# Muslim friendly bibles



## lynnie (Feb 1, 2012)

Don't want to offend the Muslims with inerrancy, do we? 

New Bible yanks ‘Father,’ Jesus as ‘Son of God’

_ At the forefront of the controversy are the Wycliffe Bible Translators, the Summer Institute of Linguistics and Frontiers, all of which are producing Bible translations that remove or modify terms which they have deemed offensive to Muslims.

That’s right: Muslim-friendly Bibles.

Included in the controversial development is the removal of any references to God as “Father,” to Jesus as the “Son” or “the Son of God.” One example of such a change can be seen in an Arabic version of the Gospel of Matthew produced and promoted by Frontiers and SIL. It changes Matthew 28:19 from this:

“baptizing them in the name of the Father and the Son and the Holy Spirit”

to this:

“cleanse them by water in the name of Allah, his Messiah and his Holy Spirit.”

A large number of such Muslim-sensitive translations already are published and well-circulated in several Muslim-majority nations such as Bangladesh, Indonesia and Malaysia._


----------



## Rufus (Feb 1, 2012)

I see it as lowering the position of the Trinity and the unity of God.


----------



## Somerset (Feb 1, 2012)

I don't like the idea of muslim friendly Bibles at all. They distort the words of scripture and the theology which comes from it. Is there not also a danger that a muslim, after reading one of these, subsequently learns he has been essentially lied to? What picture would that give of Christians?


----------



## rbcbob (Feb 1, 2012)

We certainly don't want to cause an offense to any segment of unbelievers do we!

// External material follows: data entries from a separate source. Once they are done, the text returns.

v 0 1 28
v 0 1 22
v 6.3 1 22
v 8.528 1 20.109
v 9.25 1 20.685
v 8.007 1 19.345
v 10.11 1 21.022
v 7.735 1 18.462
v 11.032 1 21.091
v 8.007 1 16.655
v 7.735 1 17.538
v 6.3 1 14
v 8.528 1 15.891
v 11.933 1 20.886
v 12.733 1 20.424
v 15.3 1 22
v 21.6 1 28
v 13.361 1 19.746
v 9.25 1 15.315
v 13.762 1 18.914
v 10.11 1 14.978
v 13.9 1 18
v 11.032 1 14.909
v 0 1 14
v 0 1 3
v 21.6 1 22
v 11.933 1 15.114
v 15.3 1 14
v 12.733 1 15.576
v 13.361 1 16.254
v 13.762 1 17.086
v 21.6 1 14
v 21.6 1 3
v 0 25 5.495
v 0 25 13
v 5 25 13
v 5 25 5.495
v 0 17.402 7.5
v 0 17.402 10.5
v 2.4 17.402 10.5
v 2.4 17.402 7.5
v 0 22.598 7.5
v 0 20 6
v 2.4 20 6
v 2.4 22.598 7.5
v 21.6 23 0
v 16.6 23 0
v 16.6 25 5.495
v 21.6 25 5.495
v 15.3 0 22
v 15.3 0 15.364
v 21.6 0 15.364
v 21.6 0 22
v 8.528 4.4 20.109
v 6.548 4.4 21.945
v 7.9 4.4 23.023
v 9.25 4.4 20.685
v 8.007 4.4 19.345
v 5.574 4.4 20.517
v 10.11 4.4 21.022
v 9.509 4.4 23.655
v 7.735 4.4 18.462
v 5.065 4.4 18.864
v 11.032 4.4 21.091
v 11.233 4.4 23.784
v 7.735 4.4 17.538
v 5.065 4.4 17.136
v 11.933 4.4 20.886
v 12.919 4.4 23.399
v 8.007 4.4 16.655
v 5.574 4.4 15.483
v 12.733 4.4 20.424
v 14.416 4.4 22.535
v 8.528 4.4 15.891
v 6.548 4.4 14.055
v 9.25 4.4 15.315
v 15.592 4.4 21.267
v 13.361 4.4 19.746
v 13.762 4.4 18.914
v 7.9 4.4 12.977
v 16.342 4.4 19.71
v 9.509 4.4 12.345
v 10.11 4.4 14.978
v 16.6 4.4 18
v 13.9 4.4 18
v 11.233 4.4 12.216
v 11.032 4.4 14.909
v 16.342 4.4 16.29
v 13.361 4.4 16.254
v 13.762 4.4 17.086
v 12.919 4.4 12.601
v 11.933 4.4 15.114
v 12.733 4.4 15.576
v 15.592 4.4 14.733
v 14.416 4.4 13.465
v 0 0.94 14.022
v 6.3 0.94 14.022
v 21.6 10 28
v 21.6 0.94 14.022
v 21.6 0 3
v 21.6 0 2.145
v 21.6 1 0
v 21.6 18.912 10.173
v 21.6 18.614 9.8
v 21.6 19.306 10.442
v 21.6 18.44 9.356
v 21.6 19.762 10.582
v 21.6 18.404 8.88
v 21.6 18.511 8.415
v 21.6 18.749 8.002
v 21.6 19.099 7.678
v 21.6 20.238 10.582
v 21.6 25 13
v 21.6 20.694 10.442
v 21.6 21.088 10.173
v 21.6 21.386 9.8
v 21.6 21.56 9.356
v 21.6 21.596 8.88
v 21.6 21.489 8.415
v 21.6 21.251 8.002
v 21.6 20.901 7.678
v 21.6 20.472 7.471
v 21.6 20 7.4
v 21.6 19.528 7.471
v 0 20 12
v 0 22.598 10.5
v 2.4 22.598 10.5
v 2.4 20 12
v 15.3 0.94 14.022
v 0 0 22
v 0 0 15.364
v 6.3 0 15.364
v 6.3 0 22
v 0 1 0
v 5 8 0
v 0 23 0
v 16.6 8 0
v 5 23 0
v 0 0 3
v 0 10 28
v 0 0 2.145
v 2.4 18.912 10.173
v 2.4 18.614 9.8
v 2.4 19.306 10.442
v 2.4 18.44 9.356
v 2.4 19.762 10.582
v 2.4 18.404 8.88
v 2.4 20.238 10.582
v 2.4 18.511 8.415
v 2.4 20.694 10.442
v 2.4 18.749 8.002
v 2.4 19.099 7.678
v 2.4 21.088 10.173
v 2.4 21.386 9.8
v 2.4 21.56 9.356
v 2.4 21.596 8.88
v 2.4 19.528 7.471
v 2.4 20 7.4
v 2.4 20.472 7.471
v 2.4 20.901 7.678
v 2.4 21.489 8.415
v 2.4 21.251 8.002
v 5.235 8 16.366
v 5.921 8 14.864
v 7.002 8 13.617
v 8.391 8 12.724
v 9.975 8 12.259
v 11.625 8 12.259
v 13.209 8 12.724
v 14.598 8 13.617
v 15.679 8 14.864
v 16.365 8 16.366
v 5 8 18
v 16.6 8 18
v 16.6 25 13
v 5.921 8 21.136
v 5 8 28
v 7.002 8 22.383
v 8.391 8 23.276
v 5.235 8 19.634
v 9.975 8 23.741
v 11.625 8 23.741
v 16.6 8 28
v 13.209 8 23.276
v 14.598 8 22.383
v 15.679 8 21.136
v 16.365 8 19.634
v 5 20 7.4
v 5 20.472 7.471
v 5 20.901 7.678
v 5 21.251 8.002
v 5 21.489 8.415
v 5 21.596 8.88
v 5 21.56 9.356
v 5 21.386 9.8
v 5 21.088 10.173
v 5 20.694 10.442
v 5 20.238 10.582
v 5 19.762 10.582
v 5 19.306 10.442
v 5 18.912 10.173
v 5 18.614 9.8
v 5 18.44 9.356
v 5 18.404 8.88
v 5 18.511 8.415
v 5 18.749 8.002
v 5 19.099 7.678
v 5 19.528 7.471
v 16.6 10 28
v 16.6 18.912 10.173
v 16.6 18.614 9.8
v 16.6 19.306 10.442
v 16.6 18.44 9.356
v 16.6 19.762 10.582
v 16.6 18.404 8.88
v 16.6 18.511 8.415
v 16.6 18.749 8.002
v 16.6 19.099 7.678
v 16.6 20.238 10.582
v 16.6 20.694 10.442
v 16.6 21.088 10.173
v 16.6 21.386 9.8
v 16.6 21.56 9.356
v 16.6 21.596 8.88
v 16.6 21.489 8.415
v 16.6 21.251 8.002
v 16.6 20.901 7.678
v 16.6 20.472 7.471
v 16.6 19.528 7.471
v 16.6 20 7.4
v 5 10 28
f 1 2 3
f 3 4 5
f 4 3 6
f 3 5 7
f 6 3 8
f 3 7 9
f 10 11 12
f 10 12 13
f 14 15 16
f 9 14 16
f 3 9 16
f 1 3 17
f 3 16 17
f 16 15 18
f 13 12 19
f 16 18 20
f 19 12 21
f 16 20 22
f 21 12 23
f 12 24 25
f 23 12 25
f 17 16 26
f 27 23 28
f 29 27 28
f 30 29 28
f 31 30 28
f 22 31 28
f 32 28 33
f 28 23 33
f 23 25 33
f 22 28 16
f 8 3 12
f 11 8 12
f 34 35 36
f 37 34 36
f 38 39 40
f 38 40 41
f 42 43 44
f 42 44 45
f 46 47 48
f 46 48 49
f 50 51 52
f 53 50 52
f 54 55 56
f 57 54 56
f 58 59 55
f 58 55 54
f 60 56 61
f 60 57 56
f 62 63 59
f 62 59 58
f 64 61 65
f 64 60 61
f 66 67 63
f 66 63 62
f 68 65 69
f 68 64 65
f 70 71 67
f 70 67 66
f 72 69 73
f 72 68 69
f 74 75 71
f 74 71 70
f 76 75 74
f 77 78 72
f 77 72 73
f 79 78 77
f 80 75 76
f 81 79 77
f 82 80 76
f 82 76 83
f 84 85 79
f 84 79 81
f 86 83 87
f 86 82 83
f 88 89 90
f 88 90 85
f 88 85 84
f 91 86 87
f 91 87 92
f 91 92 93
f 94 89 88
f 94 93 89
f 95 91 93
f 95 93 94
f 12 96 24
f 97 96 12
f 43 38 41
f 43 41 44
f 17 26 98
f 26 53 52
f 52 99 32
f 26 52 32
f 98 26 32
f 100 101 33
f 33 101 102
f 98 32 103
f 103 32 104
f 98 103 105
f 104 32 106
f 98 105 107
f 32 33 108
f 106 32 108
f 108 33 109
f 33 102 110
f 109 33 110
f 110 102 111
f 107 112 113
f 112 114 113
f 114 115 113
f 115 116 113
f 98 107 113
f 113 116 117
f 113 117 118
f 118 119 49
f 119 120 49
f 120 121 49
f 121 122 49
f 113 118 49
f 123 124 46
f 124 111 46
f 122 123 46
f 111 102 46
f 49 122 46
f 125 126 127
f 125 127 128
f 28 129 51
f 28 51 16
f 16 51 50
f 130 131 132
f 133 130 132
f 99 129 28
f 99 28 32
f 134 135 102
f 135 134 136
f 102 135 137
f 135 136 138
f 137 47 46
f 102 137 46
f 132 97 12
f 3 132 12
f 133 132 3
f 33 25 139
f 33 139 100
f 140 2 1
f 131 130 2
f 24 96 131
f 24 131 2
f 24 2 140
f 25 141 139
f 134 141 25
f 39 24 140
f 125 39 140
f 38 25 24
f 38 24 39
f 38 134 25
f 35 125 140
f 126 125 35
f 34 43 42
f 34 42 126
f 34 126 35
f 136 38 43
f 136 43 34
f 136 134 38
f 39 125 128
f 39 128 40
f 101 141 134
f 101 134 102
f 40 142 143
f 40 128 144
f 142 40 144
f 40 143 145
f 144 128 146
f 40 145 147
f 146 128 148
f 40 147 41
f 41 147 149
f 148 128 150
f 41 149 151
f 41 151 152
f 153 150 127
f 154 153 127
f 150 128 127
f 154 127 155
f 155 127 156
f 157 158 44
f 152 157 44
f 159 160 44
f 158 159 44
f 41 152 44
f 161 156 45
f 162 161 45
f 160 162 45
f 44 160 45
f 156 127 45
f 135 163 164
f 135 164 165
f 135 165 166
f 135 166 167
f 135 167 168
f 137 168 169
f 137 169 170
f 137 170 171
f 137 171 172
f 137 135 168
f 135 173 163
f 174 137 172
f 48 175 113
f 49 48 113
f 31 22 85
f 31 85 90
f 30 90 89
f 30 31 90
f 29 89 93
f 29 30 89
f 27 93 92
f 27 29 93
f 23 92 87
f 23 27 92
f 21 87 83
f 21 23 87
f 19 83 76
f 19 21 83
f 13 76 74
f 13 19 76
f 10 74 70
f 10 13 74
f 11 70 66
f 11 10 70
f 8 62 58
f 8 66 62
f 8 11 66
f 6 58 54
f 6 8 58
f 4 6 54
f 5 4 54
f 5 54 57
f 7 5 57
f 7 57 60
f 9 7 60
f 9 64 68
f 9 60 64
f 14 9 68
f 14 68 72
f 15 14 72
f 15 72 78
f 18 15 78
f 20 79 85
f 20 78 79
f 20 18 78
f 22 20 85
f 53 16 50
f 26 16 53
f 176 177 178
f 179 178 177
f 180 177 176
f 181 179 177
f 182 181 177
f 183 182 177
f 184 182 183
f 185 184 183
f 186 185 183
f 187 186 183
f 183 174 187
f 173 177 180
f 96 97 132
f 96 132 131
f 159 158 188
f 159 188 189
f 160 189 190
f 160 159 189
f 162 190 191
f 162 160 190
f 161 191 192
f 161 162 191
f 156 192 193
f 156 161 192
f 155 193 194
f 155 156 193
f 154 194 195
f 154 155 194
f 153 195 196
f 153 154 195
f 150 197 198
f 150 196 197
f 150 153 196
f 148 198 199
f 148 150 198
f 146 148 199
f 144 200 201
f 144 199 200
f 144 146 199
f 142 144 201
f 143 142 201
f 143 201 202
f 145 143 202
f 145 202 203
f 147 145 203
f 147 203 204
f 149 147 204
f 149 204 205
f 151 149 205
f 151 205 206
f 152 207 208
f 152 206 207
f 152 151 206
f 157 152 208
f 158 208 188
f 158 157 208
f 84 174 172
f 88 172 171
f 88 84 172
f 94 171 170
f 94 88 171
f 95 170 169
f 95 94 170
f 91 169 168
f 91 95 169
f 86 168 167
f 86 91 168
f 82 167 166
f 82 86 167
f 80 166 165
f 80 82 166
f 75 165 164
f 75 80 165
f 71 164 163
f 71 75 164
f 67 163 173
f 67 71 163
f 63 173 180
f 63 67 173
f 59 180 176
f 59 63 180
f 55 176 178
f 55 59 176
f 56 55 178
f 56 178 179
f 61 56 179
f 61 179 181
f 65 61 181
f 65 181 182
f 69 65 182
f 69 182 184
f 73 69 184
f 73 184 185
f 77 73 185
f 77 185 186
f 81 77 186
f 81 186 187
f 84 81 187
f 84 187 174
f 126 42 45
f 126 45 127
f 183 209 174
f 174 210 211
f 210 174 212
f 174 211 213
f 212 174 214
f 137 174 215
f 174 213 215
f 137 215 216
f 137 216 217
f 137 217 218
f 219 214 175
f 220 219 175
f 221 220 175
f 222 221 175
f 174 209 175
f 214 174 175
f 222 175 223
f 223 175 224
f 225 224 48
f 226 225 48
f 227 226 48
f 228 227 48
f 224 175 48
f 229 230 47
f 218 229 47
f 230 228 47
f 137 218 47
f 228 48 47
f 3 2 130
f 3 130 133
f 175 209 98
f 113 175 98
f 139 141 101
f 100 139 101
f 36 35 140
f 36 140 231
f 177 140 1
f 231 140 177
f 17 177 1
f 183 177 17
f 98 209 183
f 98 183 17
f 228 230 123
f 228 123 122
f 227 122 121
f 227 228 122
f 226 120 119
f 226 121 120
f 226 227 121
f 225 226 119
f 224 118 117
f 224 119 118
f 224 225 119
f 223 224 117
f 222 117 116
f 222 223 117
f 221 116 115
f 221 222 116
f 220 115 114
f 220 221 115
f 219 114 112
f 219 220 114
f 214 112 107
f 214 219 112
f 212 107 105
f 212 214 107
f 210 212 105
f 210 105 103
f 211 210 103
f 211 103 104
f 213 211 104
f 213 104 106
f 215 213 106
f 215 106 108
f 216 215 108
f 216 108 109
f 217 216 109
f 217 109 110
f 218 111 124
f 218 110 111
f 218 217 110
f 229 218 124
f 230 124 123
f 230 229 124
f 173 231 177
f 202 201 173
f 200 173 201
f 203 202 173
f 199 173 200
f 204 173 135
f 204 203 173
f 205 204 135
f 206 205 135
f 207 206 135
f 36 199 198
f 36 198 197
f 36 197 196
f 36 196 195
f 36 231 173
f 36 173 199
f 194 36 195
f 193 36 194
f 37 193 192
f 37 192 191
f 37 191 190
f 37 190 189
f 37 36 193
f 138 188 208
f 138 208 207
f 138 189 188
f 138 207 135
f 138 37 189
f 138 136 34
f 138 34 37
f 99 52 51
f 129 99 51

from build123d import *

# Parameters (mm, degrees)
CYLINDER_R              = 1.6
CYLINDER_DEPTH          = 22.6
CYLINDER001_R           = 3.1
CYLINDER001_DEPTH       = 25
CYLINDER002_R           = 5.8
CYLINDER002_DEPTH       = 25
CUBE002_W               = 22.6
CUBE002_H               = 1.1
CUBE002_DEPTH           = 11
CUBE003_W               = 22.6
CUBE003_H               = 1.1
CUBE003_DEPTH           = 11
CUBE004_W               = 30
CUBE004_H               = 3
CUBE004_DEPTH           = 8
CUBE004_PLACEMENT_ANGLE = 160
PRISM_DEPTH             = 2.5
CUBE005_W               = 22.6
CUBE005_H               = 6
CUBE005_DEPTH           = 6
CUBE005_PLACEMENT_ANGLE = 115
CUBE006_W               = 22.6
CUBE006_H               = 27
CUBE006_DEPTH           = 28
CUBE006_PLACEMENT_ANGLE = 45
CUBE007_W               = 22.6
CUBE007_H               = 10
CUBE007_DEPTH           = 10
CUBE007_PLACEMENT_ANGLE = 20
CYLINDER003_R           = 11
CYLINDER003_DEPTH       = 11.6
CUBE001_W               = 11.6
CUBE001_H               = 25
CUBE001_DEPTH           = 29
CUBE_W                  = 21.6
CUBE_H                  = 25
CUBE_DEPTH              = 28
SKETCH_W                = 9
SKETCH_H                = 8
POCKET_DEPTH            = 1
CHAMFER_SIZE            = 1


with BuildPart() as cylinder:
    # cylinder → cylinder (new body)
    with BuildSketch(Plane(origin=(-0.1, 20, 9), x_dir=(0, 0, -1), z_dir=(1, 0, 0))):
        Circle(CYLINDER_R)
    extrude(amount=CYLINDER_DEPTH)


with BuildPart() as cylinder001:
    # cylinder001 → cylinder001 (new body)
    with BuildSketch(Plane(origin=(10.8, -0.1, 18), x_dir=(1, 0, 0), z_dir=(0, 1, 0))):
        Circle(CYLINDER001_R)
    extrude(amount=CYLINDER001_DEPTH)


with BuildPart() as cylinder002:
    # cylinder002 → cylinder002 (new body)
    with BuildSketch(Plane(origin=(10.8, 4.4, 18), x_dir=(1, 0, 0), z_dir=(0, 1, 0))):
        Circle(CYLINDER002_R)
    extrude(amount=CYLINDER002_DEPTH)


with BuildPart() as cube002:
    # cube002 → cube002 (new body)
    with BuildSketch(Plane(origin=(-0.1, -0.1, 3), x_dir=(1, 0, 0), z_dir=(0, 0, 1))):
        with Locations((11.3, 0.55)):
            Rectangle(CUBE002_W, CUBE002_H)
    extrude(amount=CUBE002_DEPTH)


with BuildPart() as cube003:
    # cube003 → cube003 (new body)
    with BuildSketch(Plane(origin=(-0.1, -0.1, 22), x_dir=(1, 0, 0), z_dir=(0, 0, 1))):
        with Locations((11.3, 0.55)):
            Rectangle(CUBE003_W, CUBE003_H)
    extrude(amount=CUBE003_DEPTH)
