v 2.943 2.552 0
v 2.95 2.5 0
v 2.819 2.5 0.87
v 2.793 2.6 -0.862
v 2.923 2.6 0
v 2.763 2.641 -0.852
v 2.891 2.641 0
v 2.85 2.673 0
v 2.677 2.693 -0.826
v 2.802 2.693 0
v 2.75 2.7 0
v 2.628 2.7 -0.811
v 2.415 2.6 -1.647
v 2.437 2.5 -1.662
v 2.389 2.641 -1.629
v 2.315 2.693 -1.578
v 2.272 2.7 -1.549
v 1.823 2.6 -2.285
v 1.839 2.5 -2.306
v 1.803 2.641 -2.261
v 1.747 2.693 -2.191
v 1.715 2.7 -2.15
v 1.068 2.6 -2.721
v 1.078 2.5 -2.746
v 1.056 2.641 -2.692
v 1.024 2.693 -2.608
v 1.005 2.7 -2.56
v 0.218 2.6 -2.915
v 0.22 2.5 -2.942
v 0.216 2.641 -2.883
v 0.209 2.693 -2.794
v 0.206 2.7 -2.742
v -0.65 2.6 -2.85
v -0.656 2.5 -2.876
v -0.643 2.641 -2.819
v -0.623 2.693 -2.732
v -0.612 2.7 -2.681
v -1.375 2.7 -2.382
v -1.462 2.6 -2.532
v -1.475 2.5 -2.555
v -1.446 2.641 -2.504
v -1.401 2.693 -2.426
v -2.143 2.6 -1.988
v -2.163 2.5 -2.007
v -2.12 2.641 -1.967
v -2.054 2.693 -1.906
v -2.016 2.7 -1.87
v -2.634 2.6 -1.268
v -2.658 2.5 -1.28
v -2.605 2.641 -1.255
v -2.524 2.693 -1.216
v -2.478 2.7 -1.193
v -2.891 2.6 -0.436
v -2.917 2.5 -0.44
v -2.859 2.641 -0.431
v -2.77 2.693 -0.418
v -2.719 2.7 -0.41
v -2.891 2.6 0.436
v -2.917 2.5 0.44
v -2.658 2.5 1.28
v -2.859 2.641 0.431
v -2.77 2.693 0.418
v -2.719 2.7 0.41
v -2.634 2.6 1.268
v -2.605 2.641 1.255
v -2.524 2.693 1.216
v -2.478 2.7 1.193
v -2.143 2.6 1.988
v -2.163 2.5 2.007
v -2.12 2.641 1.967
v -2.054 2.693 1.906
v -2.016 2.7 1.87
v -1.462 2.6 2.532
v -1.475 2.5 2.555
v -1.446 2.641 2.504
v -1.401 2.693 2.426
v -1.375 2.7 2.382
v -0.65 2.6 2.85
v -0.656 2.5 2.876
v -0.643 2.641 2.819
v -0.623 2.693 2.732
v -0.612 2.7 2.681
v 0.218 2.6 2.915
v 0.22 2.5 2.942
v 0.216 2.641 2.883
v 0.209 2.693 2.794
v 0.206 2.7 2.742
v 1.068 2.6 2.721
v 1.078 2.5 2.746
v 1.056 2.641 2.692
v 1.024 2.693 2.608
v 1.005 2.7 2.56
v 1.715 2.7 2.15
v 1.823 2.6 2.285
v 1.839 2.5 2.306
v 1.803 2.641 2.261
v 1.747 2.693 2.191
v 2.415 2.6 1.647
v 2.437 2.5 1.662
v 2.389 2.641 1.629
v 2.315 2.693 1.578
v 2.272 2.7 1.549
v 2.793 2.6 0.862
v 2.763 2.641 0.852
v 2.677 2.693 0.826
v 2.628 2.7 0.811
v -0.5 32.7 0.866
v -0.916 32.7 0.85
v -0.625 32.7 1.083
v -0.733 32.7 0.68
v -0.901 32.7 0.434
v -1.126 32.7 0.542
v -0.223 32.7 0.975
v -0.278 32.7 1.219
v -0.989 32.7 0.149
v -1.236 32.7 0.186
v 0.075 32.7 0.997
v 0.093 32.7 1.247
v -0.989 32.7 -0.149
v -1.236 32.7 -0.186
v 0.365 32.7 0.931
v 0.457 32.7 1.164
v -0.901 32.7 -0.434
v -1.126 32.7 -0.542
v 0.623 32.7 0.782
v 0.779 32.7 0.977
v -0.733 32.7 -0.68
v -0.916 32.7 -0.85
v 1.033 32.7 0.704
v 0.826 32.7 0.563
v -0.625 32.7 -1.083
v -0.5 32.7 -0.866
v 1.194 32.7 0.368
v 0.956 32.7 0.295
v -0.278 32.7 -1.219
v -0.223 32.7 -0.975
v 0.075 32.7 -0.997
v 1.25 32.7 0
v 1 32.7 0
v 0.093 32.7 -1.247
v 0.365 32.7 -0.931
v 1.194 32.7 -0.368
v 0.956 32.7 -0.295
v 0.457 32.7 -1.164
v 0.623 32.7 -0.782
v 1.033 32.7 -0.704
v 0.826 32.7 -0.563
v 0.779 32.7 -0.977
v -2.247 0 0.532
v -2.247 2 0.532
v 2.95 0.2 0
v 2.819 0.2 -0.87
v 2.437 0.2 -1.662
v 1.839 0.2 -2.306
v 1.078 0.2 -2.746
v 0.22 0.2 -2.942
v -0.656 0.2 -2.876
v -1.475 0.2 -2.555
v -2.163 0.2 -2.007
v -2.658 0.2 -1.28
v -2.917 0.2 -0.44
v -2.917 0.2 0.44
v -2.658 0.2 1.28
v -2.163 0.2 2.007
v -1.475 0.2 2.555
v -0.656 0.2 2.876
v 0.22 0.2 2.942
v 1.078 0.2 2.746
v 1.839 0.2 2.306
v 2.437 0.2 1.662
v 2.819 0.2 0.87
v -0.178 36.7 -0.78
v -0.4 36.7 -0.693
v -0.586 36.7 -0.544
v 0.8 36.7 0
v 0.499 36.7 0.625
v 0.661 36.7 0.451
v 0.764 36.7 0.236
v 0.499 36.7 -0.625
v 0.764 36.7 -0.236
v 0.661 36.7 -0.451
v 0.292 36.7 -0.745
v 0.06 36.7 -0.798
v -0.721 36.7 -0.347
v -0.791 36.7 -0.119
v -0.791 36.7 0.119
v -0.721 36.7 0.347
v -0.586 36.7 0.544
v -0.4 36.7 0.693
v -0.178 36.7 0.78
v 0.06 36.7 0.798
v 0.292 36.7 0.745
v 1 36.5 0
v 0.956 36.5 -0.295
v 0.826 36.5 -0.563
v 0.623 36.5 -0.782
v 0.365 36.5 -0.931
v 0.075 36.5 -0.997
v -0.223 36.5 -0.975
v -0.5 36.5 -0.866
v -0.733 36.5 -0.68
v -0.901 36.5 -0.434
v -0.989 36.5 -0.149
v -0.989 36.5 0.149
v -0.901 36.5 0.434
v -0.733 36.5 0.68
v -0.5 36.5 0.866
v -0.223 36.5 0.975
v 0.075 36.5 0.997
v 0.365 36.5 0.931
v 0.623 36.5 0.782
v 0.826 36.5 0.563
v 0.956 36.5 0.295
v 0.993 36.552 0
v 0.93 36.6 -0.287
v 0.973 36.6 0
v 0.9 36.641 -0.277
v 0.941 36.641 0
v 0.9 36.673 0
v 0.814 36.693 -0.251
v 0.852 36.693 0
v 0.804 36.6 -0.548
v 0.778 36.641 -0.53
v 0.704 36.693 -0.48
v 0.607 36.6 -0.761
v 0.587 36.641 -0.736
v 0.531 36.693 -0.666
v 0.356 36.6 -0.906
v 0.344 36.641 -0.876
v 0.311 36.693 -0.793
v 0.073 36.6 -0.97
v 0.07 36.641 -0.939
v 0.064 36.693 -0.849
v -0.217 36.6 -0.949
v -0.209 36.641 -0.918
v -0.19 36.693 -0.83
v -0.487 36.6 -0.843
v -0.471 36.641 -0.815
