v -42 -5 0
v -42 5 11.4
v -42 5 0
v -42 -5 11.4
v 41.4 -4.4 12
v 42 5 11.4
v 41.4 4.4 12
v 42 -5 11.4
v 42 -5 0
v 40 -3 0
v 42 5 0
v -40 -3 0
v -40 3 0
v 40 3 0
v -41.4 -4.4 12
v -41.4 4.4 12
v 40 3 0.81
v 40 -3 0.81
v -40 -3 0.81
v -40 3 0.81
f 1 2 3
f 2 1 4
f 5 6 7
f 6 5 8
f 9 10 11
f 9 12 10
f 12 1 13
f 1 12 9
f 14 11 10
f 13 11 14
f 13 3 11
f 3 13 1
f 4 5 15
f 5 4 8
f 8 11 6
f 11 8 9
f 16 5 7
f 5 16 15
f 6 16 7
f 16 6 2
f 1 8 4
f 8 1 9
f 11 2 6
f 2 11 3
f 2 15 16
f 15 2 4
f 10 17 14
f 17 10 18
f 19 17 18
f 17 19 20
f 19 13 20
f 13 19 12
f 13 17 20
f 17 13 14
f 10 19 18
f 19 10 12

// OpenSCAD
// Bond-optimized rib with glue channels & small bevel.
//
// Base dimensions: 84 x 10 x 12

$fn = 80;  // smoothness

// ---------- Parameters ----------
Rib_Length = 84;
Rib_Width = 10;
Rib_Height = 12;
Top_Bevel = 0.6;

module rib_bonded(x=Rib_Length, y=Rib_Width, z=Rib_Height) {
  difference() {
    // Main body with a small bevel (cheap chamfer using hull trick)
    // If you want absolute rectangular, set Top_Bevel=0 and simplify.
    if (Top_Bevel > 0) {
      hull() {
        translate([-x/2, -y/2, 0]) cube([x, y, z - Top_Bevel]);
        translate([-(x-2*Top_Bevel)/2, -(y-2*Top_Bevel)/2, z - Top_Bevel])
          cube([x-2*Top_Bevel, y-2*Top_Bevel, Top_Bevel]);
      }
    } else {
      translate([-x/2, -y/2, 0]) cube([x, y, z]);
    }

    // Underside glue channels (cut into the bottom face)
    y_pos = -y/2 + 2 + 0.5*(y - 2*2);
    channel_w = Rib_Width - 4;
    
    translate([-x/2 + 2, y_pos - channel_w/2, -0.01])
      cube([x - 2*2, channel_w, 0.8 + 0.02], center=false);
    
  }
}

rib_bonded();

Rom 9:33 As it is written: "Behold, I lay in Zion *a stumbling stone* and *rock of offense*, And whoever believes on Him will not be put to shame."


----------



## O'GodHowGreatThouArt (Feb 1, 2012)

Hmm...did Christ feel the need to yank the Doctrine of Angels so he can speak to the Sadduccees (sp?) without fear of retribution?


----------



## Covenant Joel (Feb 1, 2012)

You can read more about this here: In Pursuit of a Faithful Witness - Reformation21

The PCA took action on the issue this past GA: byFaith Magazine - PCA News - General Assembly Takes Action on "Insider Movement" and Biblical Translation Issues

There is currently a GA study committee working on a broader report on insider movements and the subsequent translations: byFaith Magazine - PCA News - Study Committee on Insider Movements Appointed


----------



## Pergamum (Feb 1, 2012)

Here are two recent threads about this topic as well:

http://www.puritanboard.com/f71/sign-petition-keep-father-son-bible-72062/

and

http://www.puritanboard.com/f71/watch-video-unheralded-72275/


And here is a petition that you can sign to help stop these bad practices:

Education Petition: Lost In Translation: Keep "Father" & "Son" in the Bible | Change.org


----------



## lynnie (Feb 1, 2012)

Somebody emailed me this, so I will post it in the interest of fairness to the Wycliff motive; I myself would take the Piper position:
**********

One should have one's facts correct before putting out information of any kind. This case of failure to check one's facts is particularly egrigeous since it harms the body of Christ. Please see Wycliffe's statement regarding this issue at their web site.
The statement referred to can be found here:
Bible translation and mission
and includes the following:
The Wycliffe Global Alliance organizations and their personnel are not omitting or removing the familial terms, translated in English as “Son of God” or “Father,” from any Scripture translation. Erroneous information and rumors on the internet have recently raised questions concerning this issue. Wycliffe never has and never will be involved in a translation which does not translate these terms. To say that we are removing any familial terms from the Bible is simply not true. Wycliffe continues to be faithful to accurate and clear translation of Scripture.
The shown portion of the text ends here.